|  | 2026 Waynesburg Yellow Jackets football team |
- First season: 1895; 131 years ago
- Head coach: Larry Wilson 1st season, 0–0 (–)
- Location: Waynesburg, Pennsylvania
- Stadium: John F. Wiley Stadium (capacity: 4,000)
- NCAA division: Division III
- League: NCAA
- Conference: Presidents' Athletic Conference
- Colors: Orange and black
- All-time record: 419–396–38 (.513)

NAIA national championships
- 1966

Conference championships
- 10
- Rivalries: Geneva Washington & Jefferson
- Website: waynesburgsports.com

= Waynesburg Yellow Jackets football =

Intercollegiate American football team

The Waynesburg Yellow Jackets football program is the intercollegiate American football team for the Waynesburg University located in Waynesburg, Pennsylvania. The team competes in NCAA Division III and is affiliated with the Presidents' Athletic Conference.
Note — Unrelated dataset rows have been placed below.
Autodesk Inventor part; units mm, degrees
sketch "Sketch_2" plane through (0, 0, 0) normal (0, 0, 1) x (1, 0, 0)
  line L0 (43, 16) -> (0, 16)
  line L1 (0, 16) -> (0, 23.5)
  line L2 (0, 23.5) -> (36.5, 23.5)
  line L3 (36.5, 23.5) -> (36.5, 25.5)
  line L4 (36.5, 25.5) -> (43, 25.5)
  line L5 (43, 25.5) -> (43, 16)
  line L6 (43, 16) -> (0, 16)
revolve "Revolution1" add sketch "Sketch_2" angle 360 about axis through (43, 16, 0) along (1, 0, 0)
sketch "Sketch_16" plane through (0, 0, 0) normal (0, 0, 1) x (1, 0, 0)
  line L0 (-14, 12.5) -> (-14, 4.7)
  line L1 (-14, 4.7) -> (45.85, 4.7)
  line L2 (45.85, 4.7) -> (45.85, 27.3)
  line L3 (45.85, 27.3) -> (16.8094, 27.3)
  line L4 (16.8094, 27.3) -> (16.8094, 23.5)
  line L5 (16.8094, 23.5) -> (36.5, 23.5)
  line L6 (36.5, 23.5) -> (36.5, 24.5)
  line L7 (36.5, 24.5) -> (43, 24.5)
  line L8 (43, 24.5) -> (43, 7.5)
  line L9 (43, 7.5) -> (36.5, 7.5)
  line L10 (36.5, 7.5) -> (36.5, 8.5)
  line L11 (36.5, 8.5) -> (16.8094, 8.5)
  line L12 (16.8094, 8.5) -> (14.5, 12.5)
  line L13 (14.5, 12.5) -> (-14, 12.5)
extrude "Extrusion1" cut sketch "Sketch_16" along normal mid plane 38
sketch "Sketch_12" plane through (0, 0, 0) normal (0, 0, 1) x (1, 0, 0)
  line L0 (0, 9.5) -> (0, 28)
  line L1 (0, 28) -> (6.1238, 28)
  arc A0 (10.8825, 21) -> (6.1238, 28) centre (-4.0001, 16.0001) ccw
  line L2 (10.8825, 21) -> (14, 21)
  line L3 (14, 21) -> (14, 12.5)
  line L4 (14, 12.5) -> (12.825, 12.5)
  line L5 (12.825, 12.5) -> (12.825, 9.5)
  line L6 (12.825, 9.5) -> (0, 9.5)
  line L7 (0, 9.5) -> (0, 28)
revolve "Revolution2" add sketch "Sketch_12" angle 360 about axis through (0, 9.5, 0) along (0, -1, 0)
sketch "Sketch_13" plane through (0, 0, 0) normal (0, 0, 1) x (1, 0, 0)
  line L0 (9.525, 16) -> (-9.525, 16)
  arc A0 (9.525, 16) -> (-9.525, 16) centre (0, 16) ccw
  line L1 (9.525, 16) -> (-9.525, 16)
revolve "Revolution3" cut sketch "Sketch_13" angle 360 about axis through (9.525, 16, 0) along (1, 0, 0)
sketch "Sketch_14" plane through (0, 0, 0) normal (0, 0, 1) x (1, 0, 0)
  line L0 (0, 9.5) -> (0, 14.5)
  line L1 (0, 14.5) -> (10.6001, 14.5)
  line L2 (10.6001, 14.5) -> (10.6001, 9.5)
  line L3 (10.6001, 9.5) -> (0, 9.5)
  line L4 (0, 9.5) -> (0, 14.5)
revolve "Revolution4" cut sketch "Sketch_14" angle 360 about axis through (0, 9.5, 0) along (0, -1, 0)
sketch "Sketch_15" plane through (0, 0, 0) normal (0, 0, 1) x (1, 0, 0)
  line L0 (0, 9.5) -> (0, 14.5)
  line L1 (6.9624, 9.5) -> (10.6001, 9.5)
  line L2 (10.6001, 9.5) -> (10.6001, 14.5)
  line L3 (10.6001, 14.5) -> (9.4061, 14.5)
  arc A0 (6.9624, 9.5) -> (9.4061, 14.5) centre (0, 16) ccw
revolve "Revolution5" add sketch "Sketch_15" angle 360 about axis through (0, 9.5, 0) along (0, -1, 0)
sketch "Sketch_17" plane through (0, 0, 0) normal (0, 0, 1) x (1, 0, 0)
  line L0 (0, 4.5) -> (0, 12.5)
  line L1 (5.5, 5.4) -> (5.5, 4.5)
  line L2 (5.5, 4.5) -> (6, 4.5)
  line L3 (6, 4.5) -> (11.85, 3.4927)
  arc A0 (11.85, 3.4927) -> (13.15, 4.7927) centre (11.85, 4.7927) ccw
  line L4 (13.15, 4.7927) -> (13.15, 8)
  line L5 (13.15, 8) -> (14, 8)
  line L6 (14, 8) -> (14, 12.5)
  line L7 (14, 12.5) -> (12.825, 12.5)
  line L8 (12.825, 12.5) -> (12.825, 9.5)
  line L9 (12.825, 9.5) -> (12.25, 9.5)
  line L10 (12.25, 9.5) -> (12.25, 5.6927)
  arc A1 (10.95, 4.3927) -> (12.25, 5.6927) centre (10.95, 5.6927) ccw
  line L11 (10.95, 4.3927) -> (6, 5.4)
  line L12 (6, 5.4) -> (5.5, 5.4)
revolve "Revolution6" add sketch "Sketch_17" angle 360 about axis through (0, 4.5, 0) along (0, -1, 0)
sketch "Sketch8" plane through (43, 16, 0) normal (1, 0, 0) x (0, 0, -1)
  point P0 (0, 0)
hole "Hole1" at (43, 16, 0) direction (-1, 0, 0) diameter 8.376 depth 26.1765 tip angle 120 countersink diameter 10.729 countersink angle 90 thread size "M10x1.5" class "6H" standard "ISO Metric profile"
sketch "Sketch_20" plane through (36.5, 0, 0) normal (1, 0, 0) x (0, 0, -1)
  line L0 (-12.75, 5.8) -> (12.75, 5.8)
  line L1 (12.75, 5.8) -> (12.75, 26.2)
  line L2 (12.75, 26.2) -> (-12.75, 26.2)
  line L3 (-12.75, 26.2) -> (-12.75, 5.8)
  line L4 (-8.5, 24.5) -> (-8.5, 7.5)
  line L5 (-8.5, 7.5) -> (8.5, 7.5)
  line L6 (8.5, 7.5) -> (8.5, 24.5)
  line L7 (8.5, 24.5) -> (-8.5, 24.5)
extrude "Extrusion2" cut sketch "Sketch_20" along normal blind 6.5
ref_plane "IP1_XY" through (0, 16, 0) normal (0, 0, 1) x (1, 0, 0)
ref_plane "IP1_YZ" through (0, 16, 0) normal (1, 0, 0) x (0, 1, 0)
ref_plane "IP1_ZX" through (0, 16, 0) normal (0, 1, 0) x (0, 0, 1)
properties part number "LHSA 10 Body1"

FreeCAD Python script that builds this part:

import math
import FreeCAD as App
import Part
import Sketcher
Q = App.Units.Quantity


def add_polygon(sketch, points):
    """Adds a closed chain of lines whose ends are joined by coincident constraints."""
    first, n = sketch.GeometryCount, len(points)
    for a, b in zip(points, points[1:] + points[:1]):
        sketch.addGeometry(Part.LineSegment(App.Vector(*a, 0), App.Vector(*b, 0)), False)
    for i in range(n):
        sketch.addConstraint(Sketcher.Constraint("Coincident", first + i, 2, first + (i + 1) % n, 1))

doc = App.newDocument("Part")
body = doc.addObject("PartDesign::Body", "Body")

sketch1 = body.newObject("Sketcher::SketchObject", "Sketch")
sketch1.AttachmentSupport = (doc.getObject("XY_Plane"), [""])
sketch1.MapMode = "FlatFace"
add_polygon(sketch1, [(0, 16), (43, 16), (43, 25.5), (36.5, 25.5), (36.5, 23.5), (0, 23.5)])
sketch1.addGeometry(Part.LineSegment(App.Vector(0, 16, 0), App.Vector(43, 16, 0)), True)
sketch1.addConstraint([
    Sketcher.Constraint("Horizontal", 0),
    Sketcher.Constraint("Vertical", 1),
    Sketcher.Constraint("Horizontal", 2),
    Sketcher.Constraint("Vertical", 3),
    Sketcher.Constraint("Horizontal", 4),
    Sketcher.Constraint("Vertical", 5),
    Sketcher.Constraint("Horizontal", 6),
    Sketcher.Constraint("Coincident", 6, 1, 5, 2),
    Sketcher.Constraint("PointOnObject", 4, 2, -2),
    Sketcher.Constraint("Vertical", 1, 2, 6, 2),
    Sketcher.Constraint("DistanceX", 0, 1, 0, 2, 43.0),
    Sketcher.Constraint("DistanceY", 3, 2, 3, 1, 2.0),
    Sketcher.Constraint("DistanceX", 2, 2, 2, 1, 6.5),
    Sketcher.Constraint("DistanceY", 1, 1, 1, 2, 9.5),
    Sketcher.Constraint("DistanceY", -1, 1, 0, 2, 16.0),
])
revolution = body.newObject("PartDesign::Revolution", "Revolution")
revolution.Profile = sketch1
revolution.ReferenceAxis = (sketch1, ["Axis0"])
revolution.Angle = 360

sketch2 = body.newObject("Sketcher::SketchObject", "Sketch001")
sketch2.AttachmentSupport = (doc.getObject("XY_Plane"), [""])
sketch2.MapMode = "FlatFace"
add_polygon(sketch2, [(14.5, 12.5), (-14, 12.5), (-14, 4.7), (45.85, 4.7), (45.85, 27.3), (16.8094, 27.3), (16.8094, 23.5), (36.5, 23.5), (36.5, 24.5), (43, 24.5), (43, 7.5), (36.5, 7.5), (36.5, 8.5), (16.8094, 8.5)])
sketch2.addConstraint([
    Sketcher.Constraint("Horizontal", 0),
    Sketcher.Constraint("Vertical", 1),
    Sketcher.Constraint("Horizontal", 2),
    Sketcher.Constraint("Vertical", 3),
    Sketcher.Constraint("Horizontal", 4),
    Sketcher.Constraint("Vertical", 5),
    Sketcher.Constraint("Horizontal", 6),
    Sketcher.Constraint("Vertical", 7),
    Sketcher.Constraint("Horizontal", 8),
    Sketcher.Constraint("Vertical", 9),
    Sketcher.Constraint("Horizontal", 10),
    Sketcher.Constraint("Vertical", 11),
    Sketcher.Constraint("Horizontal", 12),
    Sketcher.Constraint("Vertical", 7, 2, 10, 2),
    Sketcher.Constraint("Vertical", 5, 2, 12, 2),
    Sketcher.Constraint("Equal", 7, 11),
    Sketcher.Constraint("DistanceY", 7, 1, 7, 2, 1.0),
    Sketcher.Constraint("DistanceY", 9, 2, 9, 1, 17.0),
    Sketcher.Constraint("Angle", 13, Q("120 deg")),
    Sketcher.Constraint("DistanceX", 0, 2, 0, 1, 28.5),
    Sketcher.Constraint("DistanceX", 8, 1, 8, 2, 6.5),
    Sketcher.Constraint("DistanceY", 1, 2, 1, 1, 7.8),
    Sketcher.Constraint("DistanceY", 3, 1, 3, 2, 22.6),
    Sketcher.Constraint("DistanceY", 5, 2, 5, 1, 3.8),
    Sketcher.Constraint("DistanceX", 0, 2, -1, 1, 14.0),
    Sketcher.Constraint("DistanceX", -1, 1, 8, 2, 43.0),
    Sketcher.Constraint("DistanceX", 2, 1, 2, 2, 59.85),
    Sketcher.Constraint("DistanceY", -1, 1, 0, 2, 12.5),
])
pocket1 = body.newObject("PartDesign::Pocket", "Pocket")
pocket1.Profile = sketch2
pocket1.Length = 38
pocket1.Midplane = True

sketch3 = body.newObject("Sketcher::SketchObject", "Sketch002")
sketch3.AttachmentSupport = (doc.getObject("XY_Plane"), [""])
sketch3.MapMode = "FlatFace"
sketch3.addGeometry([
    Part.LineSegment(App.Vector(0, 28, 0), App.Vector(0, 9.5, 0)),
    Part.LineSegment(App.Vector(0, 9.5, 0), App.Vector(12.825, 9.5, 0)),
    Part.LineSegment(App.Vector(12.825, 9.5, 0), App.Vector(12.825, 12.5, 0)),
    Part.LineSegment(App.Vector(12.825, 12.5, 0), App.Vector(14, 12.5, 0)),
    Part.LineSegment(App.Vector(14, 12.5, 0), App.Vector(14, 21, 0)),
    Part.LineSegment(App.Vector(14, 21, 0), App.Vector(10.8825, 21, 0)),
    Part.ArcOfCircle(Part.Circle(App.Vector(-4.0001, 16.0001, 0), App.Vector(0, 0, 1), 15.700025), math.radians(18.570087), math.radians(49.846833)),
    Part.LineSegment(App.Vector(6.1238, 28, 0), App.Vector(0, 28, 0)),
], False)
sketch3.addConstraint([
    Sketcher.Constraint("Coincident", 0, 2, 1, 1),
    Sketcher.Constraint("Coincident", 1, 2, 2, 1),
    Sketcher.Constraint("Coincident", 2, 2, 3, 1),
    Sketcher.Constraint("Coincident", 3, 2, 4, 1),
    Sketcher.Constraint("Coincident", 4, 2, 5, 1),
    Sketcher.Constraint("Coincident", 5, 2, 6, 1),
    Sketcher.Constraint("Coincident", 6, 2, 7, 1),
    Sketcher.Constraint("Coincident", 7, 2, 0, 1),
    Sketcher.Constraint("Vertical", 0),
    Sketcher.Constraint("Horizontal", 1),
    Sketcher.Constraint("Vertical", 2),
    Sketcher.Constraint("Horizontal", 3),
    Sketcher.Constraint("Vertical", 4),
    Sketcher.Constraint("Horizontal", 5),
    Sketcher.Constraint("Horizontal", 7),
    Sketcher.Constraint("PointOnObject", 0, 2, -2),
    Sketcher.Constraint("Radius", 6, 15.7),
    Sketcher.Constraint("DistanceY", 2, 1, 2, 2, 3.0),
    Sketcher.Constraint("DistanceY", 0, 2, 0, 1, 18.5),
    Sketcher.Constraint("DistanceY", 4, 1, 4, 2, 8.5),
    Sketcher.Constraint("DistanceX", 6, 3, -1, 1, 4.0),
    Sketcher.Constraint("DistanceY", -1, 1, 6, 3, 16.0),
    Sketcher.Constraint("DistanceX", -1, 1, 3, 2, 14.0),
    Sketcher.Constraint("DistanceY", -1, 1, 4, 2, 21.0),
    Sketcher.Constraint("DistanceX", 1, 1, 1, 2, 12.825),
])
revolution2 = body.newObject("PartDesign::Revolution", "Revolution001")
revolution2.Profile = sketch3
revolution2.ReferenceAxis = (sketch3, ["V_Axis"])
revolution2.Angle = 360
Prior to joining the PAC, the team competed at the NAIA Division II level among other NAIA football independents. The school's first football team was fielded in 1895. The team plays its home games at the 4,000 seat John F. Wiley Stadium. Larry Wilson was hired as the head coach on December 23, 2025.

==History==
===Early History===
The first game in school history was played against a club team from West Virginia University, in which the Yellow Jackets won 10–0. On December 4, 1895, the first home game in school history was played at Greene County Fair Grounds. The game was described as a "a pig-fight in a hog-wallow."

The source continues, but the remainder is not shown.